*** Block opens ***

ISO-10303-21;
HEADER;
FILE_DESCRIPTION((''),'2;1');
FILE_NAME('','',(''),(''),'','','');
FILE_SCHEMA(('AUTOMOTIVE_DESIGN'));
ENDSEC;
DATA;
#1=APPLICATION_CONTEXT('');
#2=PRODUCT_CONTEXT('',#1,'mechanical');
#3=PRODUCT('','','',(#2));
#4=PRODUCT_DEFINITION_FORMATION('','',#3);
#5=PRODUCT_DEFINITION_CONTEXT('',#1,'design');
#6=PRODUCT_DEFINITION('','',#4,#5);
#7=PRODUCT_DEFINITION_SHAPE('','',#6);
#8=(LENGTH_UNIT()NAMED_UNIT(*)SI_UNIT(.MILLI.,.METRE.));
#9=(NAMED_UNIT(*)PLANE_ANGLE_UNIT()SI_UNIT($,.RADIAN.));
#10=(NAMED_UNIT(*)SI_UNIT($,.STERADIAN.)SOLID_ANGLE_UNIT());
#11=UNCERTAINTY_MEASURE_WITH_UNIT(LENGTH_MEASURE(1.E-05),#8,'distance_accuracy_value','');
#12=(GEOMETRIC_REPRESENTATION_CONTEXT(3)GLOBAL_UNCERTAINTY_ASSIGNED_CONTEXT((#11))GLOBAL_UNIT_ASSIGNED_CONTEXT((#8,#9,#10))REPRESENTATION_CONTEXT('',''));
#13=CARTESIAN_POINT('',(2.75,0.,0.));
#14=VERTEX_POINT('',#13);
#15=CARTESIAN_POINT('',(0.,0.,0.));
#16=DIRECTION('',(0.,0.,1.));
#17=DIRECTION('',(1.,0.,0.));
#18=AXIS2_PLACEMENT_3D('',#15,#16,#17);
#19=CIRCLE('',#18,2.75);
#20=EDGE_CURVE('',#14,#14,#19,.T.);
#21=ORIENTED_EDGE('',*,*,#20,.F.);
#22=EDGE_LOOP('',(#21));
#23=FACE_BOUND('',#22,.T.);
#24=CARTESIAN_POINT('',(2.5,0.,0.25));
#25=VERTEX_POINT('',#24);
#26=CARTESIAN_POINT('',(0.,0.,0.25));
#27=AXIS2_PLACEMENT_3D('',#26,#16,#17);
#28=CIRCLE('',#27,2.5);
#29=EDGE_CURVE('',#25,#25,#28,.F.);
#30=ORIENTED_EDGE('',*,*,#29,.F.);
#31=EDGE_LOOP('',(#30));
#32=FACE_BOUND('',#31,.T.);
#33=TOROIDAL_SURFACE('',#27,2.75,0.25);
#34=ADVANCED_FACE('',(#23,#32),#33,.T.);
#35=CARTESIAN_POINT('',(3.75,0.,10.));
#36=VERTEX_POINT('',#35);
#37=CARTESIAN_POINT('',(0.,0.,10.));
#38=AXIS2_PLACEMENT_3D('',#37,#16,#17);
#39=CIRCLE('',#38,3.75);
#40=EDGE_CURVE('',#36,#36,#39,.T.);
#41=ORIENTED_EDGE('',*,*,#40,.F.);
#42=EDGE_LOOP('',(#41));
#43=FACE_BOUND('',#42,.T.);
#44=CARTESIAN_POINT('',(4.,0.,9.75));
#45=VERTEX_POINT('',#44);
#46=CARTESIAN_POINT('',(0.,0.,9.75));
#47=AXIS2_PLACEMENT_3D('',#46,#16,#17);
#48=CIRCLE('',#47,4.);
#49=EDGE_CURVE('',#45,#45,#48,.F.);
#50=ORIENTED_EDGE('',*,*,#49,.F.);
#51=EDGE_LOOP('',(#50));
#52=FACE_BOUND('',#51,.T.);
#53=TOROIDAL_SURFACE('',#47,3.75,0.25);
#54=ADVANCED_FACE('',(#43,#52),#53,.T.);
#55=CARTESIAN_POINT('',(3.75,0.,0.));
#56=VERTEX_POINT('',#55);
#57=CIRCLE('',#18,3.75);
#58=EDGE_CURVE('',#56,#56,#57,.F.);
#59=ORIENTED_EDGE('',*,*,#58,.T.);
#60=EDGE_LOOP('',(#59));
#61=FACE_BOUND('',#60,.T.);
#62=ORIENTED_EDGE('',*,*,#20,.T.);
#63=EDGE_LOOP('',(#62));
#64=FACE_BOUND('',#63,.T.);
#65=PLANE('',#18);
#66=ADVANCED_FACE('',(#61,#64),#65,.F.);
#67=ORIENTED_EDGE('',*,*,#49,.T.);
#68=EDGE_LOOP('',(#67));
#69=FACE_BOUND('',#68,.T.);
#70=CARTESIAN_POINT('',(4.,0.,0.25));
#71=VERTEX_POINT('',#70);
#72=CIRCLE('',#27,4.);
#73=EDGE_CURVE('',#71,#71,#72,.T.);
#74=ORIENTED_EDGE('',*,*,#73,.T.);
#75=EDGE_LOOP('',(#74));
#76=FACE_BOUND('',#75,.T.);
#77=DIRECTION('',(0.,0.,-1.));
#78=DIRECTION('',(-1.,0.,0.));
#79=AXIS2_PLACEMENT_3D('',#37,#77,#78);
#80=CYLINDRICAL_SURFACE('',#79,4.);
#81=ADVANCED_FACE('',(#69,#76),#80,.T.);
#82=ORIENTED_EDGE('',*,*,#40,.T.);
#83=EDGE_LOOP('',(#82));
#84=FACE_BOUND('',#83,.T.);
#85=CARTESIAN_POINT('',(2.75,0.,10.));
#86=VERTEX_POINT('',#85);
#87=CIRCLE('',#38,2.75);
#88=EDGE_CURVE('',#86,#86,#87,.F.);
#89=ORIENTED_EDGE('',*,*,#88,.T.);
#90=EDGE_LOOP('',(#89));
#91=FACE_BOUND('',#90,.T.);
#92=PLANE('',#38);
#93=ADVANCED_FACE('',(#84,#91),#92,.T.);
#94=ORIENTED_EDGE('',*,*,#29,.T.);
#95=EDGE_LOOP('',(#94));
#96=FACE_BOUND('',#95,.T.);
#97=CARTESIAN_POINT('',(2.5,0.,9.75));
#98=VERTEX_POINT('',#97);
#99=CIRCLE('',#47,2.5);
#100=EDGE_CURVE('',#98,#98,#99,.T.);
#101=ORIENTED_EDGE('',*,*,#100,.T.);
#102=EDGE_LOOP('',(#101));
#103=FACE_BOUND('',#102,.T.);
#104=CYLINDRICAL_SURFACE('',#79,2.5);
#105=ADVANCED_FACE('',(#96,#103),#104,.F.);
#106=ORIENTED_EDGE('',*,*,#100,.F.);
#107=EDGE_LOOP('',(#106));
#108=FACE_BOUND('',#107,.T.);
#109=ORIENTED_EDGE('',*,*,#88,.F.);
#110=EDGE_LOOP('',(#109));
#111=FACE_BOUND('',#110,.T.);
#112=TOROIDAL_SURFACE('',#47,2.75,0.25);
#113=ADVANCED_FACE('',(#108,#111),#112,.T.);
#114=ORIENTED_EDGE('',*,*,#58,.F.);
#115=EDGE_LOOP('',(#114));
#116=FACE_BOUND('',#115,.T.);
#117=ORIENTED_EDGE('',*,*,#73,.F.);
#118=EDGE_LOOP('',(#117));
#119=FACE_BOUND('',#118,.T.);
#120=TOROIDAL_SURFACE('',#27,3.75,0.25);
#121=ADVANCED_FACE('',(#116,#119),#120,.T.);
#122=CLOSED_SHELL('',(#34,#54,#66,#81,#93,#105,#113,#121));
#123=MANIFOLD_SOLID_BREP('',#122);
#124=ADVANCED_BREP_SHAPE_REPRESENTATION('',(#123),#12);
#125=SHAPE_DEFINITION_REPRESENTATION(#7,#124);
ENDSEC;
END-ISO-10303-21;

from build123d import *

# Parameters (mm, degrees)
SKETCH1_R           = 4
SKETCH1_R_2         = 2.5
BOSS_EXTRUDE1_DEPTH = 10
FILLET1_R           = 0.25


with BuildPart() as part:
    # Sketch1 → Boss-Extrude1 (new body)
    with BuildSketch(Plane.XY):
        Circle(SKETCH1_R)
        Circle(SKETCH1_R_2, mode=Mode.SUBTRACT)
    extrude(amount=BOSS_EXTRUDE1_DEPTH)

    # Fillet1
    fillet1_edges = [part.edges().sort_by_distance(p)[0] for p in [
        (-4, 0, 10),
        (-4, 0, 0),
        (-2.5, 0, 0),
        (-2.5, 0, 10),
    ]]
    fillet(fillet1_edges, radius=FILLET1_R)


solid = part.part
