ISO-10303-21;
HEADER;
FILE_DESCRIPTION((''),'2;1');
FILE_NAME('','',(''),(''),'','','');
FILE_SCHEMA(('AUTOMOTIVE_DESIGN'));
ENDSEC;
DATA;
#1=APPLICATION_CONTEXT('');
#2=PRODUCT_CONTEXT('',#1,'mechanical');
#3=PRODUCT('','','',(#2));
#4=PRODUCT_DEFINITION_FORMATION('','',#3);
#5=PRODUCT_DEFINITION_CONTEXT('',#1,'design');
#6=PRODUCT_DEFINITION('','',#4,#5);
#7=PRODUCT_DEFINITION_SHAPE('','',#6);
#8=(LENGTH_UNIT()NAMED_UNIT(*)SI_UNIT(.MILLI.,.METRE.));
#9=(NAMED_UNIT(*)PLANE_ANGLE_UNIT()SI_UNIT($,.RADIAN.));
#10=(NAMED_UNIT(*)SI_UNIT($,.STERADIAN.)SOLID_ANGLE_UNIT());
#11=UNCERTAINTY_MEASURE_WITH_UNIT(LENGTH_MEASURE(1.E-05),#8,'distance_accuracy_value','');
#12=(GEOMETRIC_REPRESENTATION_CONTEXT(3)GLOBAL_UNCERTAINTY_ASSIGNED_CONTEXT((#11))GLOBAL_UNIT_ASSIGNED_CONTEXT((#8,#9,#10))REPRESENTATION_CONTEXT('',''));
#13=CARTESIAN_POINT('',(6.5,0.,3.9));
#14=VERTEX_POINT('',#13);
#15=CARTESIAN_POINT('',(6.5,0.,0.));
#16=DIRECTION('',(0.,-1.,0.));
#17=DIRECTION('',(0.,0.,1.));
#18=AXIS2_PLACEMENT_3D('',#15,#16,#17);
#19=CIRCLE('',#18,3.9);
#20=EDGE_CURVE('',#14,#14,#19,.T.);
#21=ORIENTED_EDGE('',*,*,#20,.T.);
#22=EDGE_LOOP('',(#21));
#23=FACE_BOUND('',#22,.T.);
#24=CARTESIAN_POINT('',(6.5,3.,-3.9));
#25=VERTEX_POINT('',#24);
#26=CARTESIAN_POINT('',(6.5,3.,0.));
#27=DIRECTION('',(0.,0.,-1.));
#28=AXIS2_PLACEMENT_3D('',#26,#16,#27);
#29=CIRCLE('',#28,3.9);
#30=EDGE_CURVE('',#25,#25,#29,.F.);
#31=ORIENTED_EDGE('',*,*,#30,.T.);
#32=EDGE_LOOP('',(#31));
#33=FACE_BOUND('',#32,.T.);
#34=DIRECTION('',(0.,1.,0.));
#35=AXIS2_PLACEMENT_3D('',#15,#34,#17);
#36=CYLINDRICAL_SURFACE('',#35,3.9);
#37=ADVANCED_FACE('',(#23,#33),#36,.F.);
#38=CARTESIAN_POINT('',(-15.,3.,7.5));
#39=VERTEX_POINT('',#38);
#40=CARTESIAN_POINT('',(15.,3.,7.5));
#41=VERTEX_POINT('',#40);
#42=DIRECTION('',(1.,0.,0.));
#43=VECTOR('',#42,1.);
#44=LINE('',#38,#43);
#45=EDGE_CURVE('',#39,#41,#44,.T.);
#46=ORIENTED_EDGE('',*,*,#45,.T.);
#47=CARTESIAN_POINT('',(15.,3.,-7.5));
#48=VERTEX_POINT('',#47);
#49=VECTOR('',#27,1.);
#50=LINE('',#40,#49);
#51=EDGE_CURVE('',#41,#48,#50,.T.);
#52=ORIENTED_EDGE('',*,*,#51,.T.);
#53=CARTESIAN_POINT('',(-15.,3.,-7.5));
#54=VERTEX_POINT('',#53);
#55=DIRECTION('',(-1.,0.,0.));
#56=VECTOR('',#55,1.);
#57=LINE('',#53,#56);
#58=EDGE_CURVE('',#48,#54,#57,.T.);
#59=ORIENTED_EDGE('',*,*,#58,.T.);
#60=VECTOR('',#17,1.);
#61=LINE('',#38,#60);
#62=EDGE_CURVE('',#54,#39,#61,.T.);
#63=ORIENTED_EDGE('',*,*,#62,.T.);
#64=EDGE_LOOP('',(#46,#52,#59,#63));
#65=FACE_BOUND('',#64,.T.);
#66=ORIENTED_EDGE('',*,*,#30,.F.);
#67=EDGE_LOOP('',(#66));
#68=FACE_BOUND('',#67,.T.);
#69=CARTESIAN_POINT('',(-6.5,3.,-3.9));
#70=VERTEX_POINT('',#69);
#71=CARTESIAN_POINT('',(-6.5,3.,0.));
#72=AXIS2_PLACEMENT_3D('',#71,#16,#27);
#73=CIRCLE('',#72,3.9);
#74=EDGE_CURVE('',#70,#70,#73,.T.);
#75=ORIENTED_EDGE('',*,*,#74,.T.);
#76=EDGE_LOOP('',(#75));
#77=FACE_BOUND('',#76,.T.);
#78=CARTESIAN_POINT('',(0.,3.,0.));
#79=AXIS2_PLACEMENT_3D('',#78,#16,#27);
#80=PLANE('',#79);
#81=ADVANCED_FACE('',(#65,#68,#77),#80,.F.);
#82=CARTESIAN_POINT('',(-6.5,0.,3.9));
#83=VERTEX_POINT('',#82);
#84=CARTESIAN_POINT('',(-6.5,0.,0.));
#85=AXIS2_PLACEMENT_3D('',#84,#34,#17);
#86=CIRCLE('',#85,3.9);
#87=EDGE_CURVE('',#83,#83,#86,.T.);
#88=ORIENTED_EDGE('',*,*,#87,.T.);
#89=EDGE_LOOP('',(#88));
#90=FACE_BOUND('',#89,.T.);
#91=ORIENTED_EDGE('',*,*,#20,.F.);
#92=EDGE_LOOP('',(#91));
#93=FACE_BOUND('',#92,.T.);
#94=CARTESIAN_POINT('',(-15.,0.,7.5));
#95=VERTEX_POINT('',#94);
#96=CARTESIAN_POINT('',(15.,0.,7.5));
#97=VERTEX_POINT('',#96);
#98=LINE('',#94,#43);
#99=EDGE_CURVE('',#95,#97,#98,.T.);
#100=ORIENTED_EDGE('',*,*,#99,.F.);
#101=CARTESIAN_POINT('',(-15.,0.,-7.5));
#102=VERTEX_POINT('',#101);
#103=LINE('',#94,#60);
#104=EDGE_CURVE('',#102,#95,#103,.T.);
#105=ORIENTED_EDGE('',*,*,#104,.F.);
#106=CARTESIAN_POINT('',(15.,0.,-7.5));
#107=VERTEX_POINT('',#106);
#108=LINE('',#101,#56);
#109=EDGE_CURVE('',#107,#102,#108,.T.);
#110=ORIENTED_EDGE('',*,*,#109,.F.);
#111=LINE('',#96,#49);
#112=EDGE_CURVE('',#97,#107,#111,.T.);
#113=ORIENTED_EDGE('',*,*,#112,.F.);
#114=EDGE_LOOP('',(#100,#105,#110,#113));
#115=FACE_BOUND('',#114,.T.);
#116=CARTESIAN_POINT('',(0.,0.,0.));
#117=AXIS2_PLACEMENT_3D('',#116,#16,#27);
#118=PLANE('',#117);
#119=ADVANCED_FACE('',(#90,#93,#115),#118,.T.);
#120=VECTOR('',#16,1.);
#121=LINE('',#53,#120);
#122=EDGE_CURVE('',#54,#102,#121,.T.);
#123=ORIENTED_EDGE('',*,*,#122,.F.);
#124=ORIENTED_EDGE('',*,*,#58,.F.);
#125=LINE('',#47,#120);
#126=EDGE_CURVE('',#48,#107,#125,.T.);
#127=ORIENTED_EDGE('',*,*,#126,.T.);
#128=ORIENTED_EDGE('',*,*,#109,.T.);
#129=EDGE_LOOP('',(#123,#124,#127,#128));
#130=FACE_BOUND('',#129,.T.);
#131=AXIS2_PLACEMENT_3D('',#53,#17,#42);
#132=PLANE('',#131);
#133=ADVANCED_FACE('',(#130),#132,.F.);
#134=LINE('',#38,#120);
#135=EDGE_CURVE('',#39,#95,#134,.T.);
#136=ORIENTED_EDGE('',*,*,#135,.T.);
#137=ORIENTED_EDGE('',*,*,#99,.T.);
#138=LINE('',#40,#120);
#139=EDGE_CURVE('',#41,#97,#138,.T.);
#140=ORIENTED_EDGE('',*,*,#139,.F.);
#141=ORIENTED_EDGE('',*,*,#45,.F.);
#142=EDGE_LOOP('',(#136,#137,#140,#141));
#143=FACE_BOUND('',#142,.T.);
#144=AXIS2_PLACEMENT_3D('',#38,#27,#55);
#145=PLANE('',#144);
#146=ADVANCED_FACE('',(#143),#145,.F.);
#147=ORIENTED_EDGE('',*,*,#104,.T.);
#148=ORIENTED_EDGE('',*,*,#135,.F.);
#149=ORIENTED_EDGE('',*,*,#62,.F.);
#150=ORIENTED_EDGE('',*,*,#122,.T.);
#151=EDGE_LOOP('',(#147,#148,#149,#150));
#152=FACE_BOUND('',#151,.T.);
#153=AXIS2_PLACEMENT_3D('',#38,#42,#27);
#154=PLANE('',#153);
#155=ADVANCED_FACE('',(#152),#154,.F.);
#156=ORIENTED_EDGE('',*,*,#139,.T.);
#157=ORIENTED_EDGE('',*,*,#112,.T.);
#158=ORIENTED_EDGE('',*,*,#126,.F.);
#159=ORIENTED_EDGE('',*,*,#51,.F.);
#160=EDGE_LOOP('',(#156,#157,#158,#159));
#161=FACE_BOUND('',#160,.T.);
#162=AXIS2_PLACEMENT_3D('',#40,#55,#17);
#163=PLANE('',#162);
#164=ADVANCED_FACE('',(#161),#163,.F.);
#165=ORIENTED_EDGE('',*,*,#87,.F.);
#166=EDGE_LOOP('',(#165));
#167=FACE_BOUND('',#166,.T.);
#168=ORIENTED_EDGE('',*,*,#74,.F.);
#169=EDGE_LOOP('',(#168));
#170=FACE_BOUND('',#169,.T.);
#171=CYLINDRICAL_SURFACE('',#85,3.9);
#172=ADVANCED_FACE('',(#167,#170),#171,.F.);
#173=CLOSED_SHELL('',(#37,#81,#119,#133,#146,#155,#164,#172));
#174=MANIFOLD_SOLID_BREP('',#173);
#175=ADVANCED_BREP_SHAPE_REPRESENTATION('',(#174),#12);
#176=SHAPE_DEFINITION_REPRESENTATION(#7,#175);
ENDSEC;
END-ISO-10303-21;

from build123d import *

# Parameters (mm, degrees)
SKETCH1_W           = 30
SKETCH1_H           = 15
BOSS_EXTRUDE1_DEPTH = 3
CUT_EXTRUDE1_START  = -4
SKETCH2_R           = 3.9
CUT_EXTRUDE1_DEPTH  = 5


with BuildPart() as part:
    # Sketch1 → Boss-Extrude1 (new body)
    with BuildSketch(Plane(origin=(0, 0, 0), x_dir=(1, 0, 0), z_dir=(0, 1, 0))):
        Rectangle(SKETCH1_W, SKETCH1_H)
    extrude(amount=BOSS_EXTRUDE1_DEPTH)

    # Sketch2 → Cut-Extrude1 (cut)
    with BuildSketch(Plane(origin=(0, 3, 0), x_dir=(1, 0, 0), z_dir=(0, 1, 0)).offset(CUT_EXTRUDE1_START)):
        with Locations((-6.5, 0)):
            Circle(SKETCH2_R)
    cut_extrude1 = extrude(amount=CUT_EXTRUDE1_DEPTH, mode=Mode.SUBTRACT)

    # Mirror1: Cut-Extrude1 across plane
    add(cut_extrude1.mirror(Plane(origin=(0, 0, 0), x_dir=(0, 0, 1), z_dir=(1, 0, 0))), mode=Mode.SUBTRACT)


solid = part.part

*** Block closes ***

→ **YOUR TASK**
Find the line that contains "#166=EDGE_LOOP('',(#165));" in the listing above. Retype it and every line after it up to the last, exactly, and nothing else.

→ **PROBLEM SOLUTION**
#166=EDGE_LOOP('',(#165));
#167=FACE_BOUND('',#166,.T.);
#168=ORIENTED_EDGE('',*,*,#74,.F.);
#169=EDGE_LOOP('',(#168));
#170=FACE_BOUND('',#169,.T.);
#171=CYLINDRICAL_SURFACE('',#85,3.9);
#172=ADVANCED_FACE('',(#167,#170),#171,.F.);
#173=CLOSED_SHELL('',(#37,#81,#119,#133,#146,#155,#164,#172));
#174=MANIFOLD_SOLID_BREP('',#173);
#175=ADVANCED_BREP_SHAPE_REPRESENTATION('',(#174),#12);
#176=SHAPE_DEFINITION_REPRESENTATION(#7,#175);
ENDSEC;
END-ISO-10303-21;

from build123d import *

# Parameters (mm, degrees)
SKETCH1_W           = 30
SKETCH1_H           = 15
BOSS_EXTRUDE1_DEPTH = 3
CUT_EXTRUDE1_START  = -4
SKETCH2_R           = 3.9
CUT_EXTRUDE1_DEPTH  = 5


with BuildPart() as part:
    # Sketch1 → Boss-Extrude1 (new body)
    with BuildSketch(Plane(origin=(0, 0, 0), x_dir=(1, 0, 0), z_dir=(0, 1, 0))):
        Rectangle(SKETCH1_W, SKETCH1_H)
    extrude(amount=BOSS_EXTRUDE1_DEPTH)

    # Sketch2 → Cut-Extrude1 (cut)
    with BuildSketch(Plane(origin=(0, 3, 0), x_dir=(1, 0, 0), z_dir=(0, 1, 0)).offset(CUT_EXTRUDE1_START)):
        with Locations((-6.5, 0)):
            Circle(SKETCH2_R)
    cut_extrude1 = extrude(amount=CUT_EXTRUDE1_DEPTH, mode=Mode.SUBTRACT)

    # Mirror1: Cut-Extrude1 across plane
    add(cut_extrude1.mirror(Plane(origin=(0, 0, 0), x_dir=(0, 0, 1), z_dir=(1, 0, 0))), mode=Mode.SUBTRACT)


solid = part.part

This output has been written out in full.